Though nothing can bring back the hour
Of splendor in the grass, glory in the flower.
We will grieve not, rather find
Strength in what remains behind.
-William Wordsworth
A long bath with floaty octopoid toys helped a bit, so I feel compelled to make an actual entry. Hopefully, by now, everyone out there who has subscribed has herhisit's copy of the June issue of
Sirenia Digest. And like I said a couple of hours ago, comments are especially welcome just now. Sometimes, it feels like all the writing I'm doing for the digest just sort of...vanishes. It's not like the old-fashioned hard-copy stuff that gets reviewed and "reviewed." Though I generally dread reviews (and I loathe "reviews"), I'm starting to feel as though a circuit isn't being completed.
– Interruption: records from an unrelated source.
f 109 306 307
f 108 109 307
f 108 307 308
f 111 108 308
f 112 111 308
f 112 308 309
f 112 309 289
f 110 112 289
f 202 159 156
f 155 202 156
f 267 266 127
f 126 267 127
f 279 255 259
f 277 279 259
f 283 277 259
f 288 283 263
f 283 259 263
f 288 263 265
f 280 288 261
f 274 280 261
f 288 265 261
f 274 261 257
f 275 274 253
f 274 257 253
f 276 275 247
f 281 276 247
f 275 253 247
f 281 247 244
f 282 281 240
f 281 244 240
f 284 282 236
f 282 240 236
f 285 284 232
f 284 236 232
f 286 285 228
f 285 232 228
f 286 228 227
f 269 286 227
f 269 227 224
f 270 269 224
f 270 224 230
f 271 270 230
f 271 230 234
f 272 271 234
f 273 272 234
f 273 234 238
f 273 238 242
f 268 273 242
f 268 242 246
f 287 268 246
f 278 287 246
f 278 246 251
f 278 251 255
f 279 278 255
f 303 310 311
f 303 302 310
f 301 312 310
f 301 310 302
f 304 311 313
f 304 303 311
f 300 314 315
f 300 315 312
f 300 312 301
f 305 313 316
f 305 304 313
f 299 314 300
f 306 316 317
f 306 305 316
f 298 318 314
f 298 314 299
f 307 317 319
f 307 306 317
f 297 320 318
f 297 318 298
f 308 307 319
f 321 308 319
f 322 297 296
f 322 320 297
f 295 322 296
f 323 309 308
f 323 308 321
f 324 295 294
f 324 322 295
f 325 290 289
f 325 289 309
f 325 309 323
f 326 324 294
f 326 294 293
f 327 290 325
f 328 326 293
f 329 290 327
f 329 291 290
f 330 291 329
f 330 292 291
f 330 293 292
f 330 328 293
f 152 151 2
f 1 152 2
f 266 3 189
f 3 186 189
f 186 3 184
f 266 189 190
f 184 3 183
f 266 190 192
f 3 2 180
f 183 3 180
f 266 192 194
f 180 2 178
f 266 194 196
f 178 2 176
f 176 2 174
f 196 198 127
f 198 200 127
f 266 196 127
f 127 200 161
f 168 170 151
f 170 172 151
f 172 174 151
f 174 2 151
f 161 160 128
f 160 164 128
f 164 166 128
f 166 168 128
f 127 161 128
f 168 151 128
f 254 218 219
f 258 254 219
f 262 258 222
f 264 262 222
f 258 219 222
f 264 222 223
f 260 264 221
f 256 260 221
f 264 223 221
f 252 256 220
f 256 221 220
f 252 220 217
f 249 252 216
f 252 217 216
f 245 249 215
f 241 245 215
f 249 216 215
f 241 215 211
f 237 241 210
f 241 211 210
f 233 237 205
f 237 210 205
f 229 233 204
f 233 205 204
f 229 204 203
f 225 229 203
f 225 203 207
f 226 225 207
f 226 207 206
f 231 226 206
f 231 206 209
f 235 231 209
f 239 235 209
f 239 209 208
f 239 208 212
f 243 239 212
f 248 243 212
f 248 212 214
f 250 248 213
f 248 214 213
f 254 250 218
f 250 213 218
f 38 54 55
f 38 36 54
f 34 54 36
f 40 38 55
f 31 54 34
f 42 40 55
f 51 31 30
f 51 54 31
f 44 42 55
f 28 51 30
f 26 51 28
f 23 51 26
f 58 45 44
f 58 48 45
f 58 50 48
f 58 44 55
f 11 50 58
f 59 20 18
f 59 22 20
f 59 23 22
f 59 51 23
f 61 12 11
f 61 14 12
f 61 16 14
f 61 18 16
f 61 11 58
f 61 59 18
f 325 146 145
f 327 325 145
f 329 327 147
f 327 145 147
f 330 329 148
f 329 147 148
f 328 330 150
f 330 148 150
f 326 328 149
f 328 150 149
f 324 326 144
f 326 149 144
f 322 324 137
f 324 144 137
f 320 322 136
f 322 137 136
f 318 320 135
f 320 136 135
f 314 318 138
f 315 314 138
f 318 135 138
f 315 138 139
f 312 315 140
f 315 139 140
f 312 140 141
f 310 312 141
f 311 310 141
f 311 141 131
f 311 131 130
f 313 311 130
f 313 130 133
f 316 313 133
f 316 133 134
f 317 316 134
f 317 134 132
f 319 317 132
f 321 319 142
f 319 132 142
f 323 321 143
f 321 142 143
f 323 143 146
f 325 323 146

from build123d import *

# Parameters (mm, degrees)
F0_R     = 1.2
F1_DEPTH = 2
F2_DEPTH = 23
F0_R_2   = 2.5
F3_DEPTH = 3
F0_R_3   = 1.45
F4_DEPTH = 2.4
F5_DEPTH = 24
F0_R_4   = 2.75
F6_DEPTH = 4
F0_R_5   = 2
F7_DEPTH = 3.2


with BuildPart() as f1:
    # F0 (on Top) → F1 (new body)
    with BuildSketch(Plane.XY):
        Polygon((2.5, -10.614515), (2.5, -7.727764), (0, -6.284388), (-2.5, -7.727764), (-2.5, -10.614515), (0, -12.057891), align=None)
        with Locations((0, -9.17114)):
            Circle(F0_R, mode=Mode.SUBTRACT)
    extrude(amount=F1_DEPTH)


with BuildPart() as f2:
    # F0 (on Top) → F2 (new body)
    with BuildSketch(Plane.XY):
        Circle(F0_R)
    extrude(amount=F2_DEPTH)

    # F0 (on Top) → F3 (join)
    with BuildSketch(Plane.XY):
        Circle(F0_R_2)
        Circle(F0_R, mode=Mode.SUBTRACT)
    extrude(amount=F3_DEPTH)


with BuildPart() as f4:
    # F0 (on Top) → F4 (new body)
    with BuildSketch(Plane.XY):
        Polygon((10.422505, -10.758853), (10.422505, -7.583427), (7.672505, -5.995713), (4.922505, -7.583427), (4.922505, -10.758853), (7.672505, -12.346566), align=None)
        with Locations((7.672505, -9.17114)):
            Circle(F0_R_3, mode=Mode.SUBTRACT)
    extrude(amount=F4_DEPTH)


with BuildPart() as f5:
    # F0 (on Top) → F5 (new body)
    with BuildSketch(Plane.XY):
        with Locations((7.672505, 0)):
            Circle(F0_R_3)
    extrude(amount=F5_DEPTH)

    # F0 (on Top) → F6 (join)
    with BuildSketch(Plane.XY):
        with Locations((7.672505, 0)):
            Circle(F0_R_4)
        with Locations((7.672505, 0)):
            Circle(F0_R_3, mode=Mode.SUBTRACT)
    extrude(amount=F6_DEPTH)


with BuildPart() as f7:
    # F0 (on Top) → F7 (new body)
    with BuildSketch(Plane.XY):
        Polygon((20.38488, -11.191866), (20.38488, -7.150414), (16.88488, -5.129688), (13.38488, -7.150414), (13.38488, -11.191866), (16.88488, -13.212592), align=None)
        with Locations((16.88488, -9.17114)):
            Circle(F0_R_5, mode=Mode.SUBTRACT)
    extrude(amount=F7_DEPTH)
Yesterday was mostly spent on Sirenia Digest, and I've already written about
An Inconvenient Truth. But, it remains to be said that yesterday was a good mail day. Indeed, because of one particular package, it was a remarkable mail day. First, the June 2006 issue of the Journal of Vertebrate Paleontology arrived, loaded with wonderful things. So far, I've just begun reading a paper on the first complete non-plesiosaur pistosauroid, from the Triassic of China. Spooky got Legendary Pink Dots and Edward Kaspel CDs from
blu_muse. Also, the hardback edition of Subterranean Magazine #2, which included "Bradbury Weather," arrived.
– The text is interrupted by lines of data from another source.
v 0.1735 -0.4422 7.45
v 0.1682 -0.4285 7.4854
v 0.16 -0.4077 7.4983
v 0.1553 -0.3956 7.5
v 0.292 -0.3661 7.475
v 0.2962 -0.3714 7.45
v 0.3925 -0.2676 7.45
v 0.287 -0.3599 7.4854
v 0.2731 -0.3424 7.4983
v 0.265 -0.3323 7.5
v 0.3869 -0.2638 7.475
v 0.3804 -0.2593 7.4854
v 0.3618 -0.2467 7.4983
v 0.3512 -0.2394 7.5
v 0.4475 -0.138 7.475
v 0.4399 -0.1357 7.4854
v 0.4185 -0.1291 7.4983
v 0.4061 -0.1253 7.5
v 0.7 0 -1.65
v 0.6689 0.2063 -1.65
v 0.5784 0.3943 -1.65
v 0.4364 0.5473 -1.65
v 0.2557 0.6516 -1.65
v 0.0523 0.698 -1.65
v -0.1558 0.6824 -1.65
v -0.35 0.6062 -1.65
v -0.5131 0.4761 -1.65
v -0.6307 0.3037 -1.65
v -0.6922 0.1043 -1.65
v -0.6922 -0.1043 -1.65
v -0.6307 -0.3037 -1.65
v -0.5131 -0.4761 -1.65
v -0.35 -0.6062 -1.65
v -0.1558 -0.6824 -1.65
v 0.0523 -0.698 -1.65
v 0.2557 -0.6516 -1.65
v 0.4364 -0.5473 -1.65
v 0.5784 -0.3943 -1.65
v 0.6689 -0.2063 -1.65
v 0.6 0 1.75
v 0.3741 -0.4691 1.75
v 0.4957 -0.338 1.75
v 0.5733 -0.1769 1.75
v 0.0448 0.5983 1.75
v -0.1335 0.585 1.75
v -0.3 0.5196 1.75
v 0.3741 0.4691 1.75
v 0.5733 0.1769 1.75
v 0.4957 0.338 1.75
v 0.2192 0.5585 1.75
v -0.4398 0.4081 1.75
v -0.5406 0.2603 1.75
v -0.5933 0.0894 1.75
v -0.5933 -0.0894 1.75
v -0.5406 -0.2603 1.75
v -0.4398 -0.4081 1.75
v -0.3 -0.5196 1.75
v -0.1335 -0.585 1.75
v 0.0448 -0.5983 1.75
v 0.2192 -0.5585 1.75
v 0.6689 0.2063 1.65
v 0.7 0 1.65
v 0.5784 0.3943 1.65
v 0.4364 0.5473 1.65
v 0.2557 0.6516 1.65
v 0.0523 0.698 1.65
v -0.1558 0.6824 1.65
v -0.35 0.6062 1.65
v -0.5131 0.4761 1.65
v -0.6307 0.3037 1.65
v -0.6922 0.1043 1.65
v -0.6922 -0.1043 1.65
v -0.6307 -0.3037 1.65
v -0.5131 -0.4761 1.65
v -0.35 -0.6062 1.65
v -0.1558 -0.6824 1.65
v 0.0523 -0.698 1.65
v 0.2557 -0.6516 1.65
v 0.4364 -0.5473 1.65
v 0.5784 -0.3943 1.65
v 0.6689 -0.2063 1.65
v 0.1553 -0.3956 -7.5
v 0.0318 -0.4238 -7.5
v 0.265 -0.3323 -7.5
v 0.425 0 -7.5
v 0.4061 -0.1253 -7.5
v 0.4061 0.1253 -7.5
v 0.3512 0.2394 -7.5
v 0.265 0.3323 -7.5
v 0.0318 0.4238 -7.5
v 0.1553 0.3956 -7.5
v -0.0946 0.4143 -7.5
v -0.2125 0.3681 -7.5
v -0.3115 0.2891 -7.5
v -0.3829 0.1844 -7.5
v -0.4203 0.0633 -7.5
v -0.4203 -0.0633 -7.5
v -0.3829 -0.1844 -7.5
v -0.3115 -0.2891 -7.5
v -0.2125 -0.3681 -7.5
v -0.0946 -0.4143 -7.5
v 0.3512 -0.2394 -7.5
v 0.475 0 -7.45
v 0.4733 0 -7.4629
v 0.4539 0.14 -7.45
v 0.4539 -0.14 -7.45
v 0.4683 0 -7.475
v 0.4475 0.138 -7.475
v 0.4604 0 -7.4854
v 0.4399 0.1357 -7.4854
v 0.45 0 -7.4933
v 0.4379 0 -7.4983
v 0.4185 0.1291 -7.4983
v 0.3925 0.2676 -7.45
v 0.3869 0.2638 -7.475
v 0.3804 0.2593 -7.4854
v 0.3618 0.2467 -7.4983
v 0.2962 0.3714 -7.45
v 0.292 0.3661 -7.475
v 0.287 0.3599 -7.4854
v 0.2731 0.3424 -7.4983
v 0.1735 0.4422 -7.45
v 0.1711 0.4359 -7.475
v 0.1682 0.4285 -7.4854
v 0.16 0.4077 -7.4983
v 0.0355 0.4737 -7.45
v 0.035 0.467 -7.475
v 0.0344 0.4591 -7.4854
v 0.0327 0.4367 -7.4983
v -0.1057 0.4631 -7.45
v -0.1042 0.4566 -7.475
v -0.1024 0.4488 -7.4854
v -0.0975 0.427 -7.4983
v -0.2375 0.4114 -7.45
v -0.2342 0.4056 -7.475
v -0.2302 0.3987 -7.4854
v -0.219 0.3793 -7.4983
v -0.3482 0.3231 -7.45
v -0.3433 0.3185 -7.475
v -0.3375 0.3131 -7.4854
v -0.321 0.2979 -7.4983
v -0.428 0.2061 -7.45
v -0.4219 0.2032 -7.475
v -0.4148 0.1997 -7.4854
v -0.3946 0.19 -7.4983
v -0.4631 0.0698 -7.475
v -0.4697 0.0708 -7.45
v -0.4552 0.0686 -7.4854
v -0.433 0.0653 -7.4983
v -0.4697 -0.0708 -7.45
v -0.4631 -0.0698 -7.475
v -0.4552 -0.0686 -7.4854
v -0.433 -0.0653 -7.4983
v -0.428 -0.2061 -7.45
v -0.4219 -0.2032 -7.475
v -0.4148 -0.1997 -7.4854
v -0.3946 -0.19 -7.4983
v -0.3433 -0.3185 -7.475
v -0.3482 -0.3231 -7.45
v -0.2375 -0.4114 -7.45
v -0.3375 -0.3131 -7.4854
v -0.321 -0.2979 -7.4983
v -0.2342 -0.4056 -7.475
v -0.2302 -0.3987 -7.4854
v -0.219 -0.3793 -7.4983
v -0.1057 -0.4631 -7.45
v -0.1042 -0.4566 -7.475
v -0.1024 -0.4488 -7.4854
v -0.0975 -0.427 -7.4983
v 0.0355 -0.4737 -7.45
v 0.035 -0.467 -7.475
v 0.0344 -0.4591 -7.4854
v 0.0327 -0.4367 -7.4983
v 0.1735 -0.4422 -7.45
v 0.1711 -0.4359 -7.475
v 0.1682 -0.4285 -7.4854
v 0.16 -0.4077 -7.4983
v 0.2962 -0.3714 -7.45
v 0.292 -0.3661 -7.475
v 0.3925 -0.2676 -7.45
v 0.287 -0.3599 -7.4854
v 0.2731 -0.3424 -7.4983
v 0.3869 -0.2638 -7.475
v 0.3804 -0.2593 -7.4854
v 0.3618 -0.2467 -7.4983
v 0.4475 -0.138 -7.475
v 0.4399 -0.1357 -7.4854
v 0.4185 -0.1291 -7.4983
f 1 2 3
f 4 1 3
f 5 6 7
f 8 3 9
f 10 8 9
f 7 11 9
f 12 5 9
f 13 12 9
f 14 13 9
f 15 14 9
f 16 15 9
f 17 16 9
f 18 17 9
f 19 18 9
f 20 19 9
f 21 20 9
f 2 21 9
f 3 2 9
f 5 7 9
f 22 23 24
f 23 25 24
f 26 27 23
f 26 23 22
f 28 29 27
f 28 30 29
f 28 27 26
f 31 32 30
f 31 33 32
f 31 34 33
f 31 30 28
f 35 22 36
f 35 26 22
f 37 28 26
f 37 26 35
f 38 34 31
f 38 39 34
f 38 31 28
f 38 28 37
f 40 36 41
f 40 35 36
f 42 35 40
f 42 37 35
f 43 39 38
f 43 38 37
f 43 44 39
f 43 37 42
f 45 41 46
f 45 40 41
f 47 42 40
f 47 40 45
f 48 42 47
And then another box, from Cemetery Dance Publications, came - and Lo! - a sight which I thought mine mortal eyes ne'er would behold. This package, it contained a single shrink-wrapped copy of John Skipp's anthology Mondo Zombie. Now, there's a very, very, very long and equally peculiar story behind this book. It's a yarn of such prodigious length and complexity, of such sudden twists and turns and plummets into unseen abyssal troughs...well, I'm not going to go into it here. I don't even think I remember all of it at this point. Suffice to say, in February 1994, a year before anything of mine had actually appeared in print, any fiction, I got a phone call from John Skipp, who'd been given my number by Linda Marotta (who'd read The Five of Cups a few months earlier), asking if I'd write a story for the fourth Book of the Dead anthology. For those who do not know, in the early '90s, John Skipp & Craig Spector coedited two volumes, Book of the Dead and Book of the Dead 2: Still Dead, set in the world of George Romero's zombie holocaust. The books sold quite well, and Bantam contracted for two more volumes. I was thrilled to be asked to write for such a high-profile anthology, and that March I wrote a short story called "Two Worlds, and In Between." And I mailed it off to John Skipp. And then...well...then the whole thing sort of went to Hell. Which might not have been so bad, except it kept coming back from Hell. Anyway, "Two Worlds, and In Between" was eventually published in Steve Jones' White of the Moon (1997), was collected in From Weird and Distant Shores, and appeared in a couple of other places, as well. There was even very nearly an indie film version. But. I never thought I would actually see anything like the book that Skipp set out to publish. And yet...yesterday, this package arrived. Behind the cut are four photos documenting The Moment:
And now it sits on my bookshelf, and I am amazed. It's almost frightening, seeing this book whose beginning extends back into those time-dimmed days of prepublication. Well, almost the same book. Some of the authors pulled out over the years. Some, like me, pulled out and then got pulled back in again. If you happen to have a copy of From Weird and Distant Shores, there's a longer account of the trials and tribulations of Mondo Zombie in the appropriate afterword. 1994-2006. Twelve frelling years. Almost my entire career between now and this book's conception. Wow. You go, Skipp. If anyone out there wants to buy a copy, click
here.
There's more news, but I think maybe I'll save it for another post, later this evening, as that was rather long, longer than I'd intended, and I need to get dressed. And I need a salad. And maybe some vodka.